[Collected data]
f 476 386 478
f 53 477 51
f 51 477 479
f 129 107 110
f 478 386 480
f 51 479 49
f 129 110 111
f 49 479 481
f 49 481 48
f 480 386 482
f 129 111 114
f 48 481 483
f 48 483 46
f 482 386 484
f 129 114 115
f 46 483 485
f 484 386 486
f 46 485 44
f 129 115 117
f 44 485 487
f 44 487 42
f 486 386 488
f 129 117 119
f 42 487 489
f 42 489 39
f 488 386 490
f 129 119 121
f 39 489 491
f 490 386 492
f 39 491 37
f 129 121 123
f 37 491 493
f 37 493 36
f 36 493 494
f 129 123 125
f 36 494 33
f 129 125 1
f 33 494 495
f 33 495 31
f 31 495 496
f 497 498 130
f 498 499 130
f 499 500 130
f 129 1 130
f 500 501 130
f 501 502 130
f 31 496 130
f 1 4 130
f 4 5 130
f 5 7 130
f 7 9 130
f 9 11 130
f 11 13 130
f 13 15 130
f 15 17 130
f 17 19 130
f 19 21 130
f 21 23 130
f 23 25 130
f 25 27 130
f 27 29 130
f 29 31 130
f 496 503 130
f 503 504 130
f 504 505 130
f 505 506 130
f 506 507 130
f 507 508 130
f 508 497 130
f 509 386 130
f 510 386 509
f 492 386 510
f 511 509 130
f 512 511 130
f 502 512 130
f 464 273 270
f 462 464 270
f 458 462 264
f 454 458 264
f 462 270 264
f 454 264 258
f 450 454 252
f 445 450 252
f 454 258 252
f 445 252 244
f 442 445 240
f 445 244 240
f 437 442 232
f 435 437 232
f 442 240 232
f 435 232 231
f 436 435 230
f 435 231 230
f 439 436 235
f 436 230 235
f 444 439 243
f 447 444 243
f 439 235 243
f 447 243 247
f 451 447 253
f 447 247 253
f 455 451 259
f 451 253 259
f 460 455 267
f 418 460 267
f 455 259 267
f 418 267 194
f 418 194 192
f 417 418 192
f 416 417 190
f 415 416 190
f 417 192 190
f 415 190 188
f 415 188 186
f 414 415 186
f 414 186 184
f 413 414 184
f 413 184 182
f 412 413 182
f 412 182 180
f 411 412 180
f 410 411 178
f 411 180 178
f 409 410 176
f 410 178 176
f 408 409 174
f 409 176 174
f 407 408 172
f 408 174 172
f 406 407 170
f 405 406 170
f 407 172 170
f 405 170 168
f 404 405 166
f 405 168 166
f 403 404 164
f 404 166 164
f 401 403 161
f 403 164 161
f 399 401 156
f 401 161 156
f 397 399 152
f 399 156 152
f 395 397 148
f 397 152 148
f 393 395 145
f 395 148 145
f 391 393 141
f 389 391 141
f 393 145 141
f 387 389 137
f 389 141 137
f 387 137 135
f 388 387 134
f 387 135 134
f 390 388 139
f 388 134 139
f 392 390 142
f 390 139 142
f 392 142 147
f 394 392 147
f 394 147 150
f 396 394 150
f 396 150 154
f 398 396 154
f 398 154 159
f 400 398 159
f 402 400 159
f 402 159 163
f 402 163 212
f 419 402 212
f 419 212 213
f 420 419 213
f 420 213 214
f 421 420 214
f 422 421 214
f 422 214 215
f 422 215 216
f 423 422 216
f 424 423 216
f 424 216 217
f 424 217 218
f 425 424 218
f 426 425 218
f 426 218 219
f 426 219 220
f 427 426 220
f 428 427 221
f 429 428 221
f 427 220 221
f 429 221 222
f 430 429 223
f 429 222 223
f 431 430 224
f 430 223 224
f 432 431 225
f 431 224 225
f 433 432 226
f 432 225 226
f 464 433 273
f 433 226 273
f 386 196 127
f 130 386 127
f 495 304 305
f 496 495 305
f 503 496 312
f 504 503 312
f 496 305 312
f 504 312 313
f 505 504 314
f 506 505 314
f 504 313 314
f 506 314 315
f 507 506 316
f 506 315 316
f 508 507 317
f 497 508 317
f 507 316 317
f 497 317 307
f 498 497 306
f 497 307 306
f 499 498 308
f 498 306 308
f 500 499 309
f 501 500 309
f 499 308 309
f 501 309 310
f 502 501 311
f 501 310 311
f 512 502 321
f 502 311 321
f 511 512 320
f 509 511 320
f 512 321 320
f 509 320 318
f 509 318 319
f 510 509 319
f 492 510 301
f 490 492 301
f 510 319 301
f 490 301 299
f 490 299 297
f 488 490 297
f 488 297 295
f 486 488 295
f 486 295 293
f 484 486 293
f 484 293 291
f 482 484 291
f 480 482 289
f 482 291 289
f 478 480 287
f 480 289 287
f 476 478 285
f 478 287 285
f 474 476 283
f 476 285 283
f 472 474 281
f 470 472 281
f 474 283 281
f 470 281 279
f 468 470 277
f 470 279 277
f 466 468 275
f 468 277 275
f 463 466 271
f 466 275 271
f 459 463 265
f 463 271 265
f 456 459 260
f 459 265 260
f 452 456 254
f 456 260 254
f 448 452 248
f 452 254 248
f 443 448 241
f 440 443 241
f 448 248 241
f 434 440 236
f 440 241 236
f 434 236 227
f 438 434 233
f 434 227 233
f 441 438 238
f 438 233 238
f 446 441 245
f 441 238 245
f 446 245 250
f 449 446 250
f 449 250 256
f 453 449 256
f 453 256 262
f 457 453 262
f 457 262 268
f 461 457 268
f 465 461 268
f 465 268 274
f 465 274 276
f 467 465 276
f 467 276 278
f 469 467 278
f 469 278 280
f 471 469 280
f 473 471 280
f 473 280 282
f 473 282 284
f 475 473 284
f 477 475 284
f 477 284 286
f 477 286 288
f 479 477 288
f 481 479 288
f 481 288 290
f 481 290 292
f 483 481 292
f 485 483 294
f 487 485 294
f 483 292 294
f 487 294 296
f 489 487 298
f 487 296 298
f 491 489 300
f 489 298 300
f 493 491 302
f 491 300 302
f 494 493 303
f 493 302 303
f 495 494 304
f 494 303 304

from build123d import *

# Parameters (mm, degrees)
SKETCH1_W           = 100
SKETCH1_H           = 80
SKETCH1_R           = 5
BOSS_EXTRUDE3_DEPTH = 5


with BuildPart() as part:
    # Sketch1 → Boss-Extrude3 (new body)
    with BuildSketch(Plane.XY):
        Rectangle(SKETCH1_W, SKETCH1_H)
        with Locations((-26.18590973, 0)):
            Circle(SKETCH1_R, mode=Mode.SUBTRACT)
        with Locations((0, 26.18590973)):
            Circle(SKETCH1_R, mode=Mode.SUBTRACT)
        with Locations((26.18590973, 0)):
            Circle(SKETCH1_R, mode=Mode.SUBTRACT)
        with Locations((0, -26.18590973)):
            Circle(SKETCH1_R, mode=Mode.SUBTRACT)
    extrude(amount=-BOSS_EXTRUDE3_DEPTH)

- AIM OF THE EXERCISE: Using only the entries above, output the line with "f 496 503 130", the line with "f 460 455 267", and all lines between them, exactly as they stand.

- ANSWER FOR THIS EXERCISE:
f 496 503 130
f 503 504 130
f 504 505 130
f 505 506 130
f 506 507 130
f 507 508 130
f 508 497 130
f 509 386 130
f 510 386 509
f 492 386 510
f 511 509 130
f 512 511 130
f 502 512 130
f 464 273 270
f 462 464 270
f 458 462 264
f 454 458 264
f 462 270 264
f 454 264 258
f 450 454 252
f 445 450 252
f 454 258 252
f 445 252 244
f 442 445 240
f 445 244 240
f 437 442 232
f 435 437 232
f 442 240 232
f 435 232 231
f 436 435 230
f 435 231 230
f 439 436 235
f 436 230 235
f 444 439 243
f 447 444 243
f 439 235 243
f 447 243 247
f 451 447 253
f 447 247 253
f 455 451 259
f 451 253 259
f 460 455 267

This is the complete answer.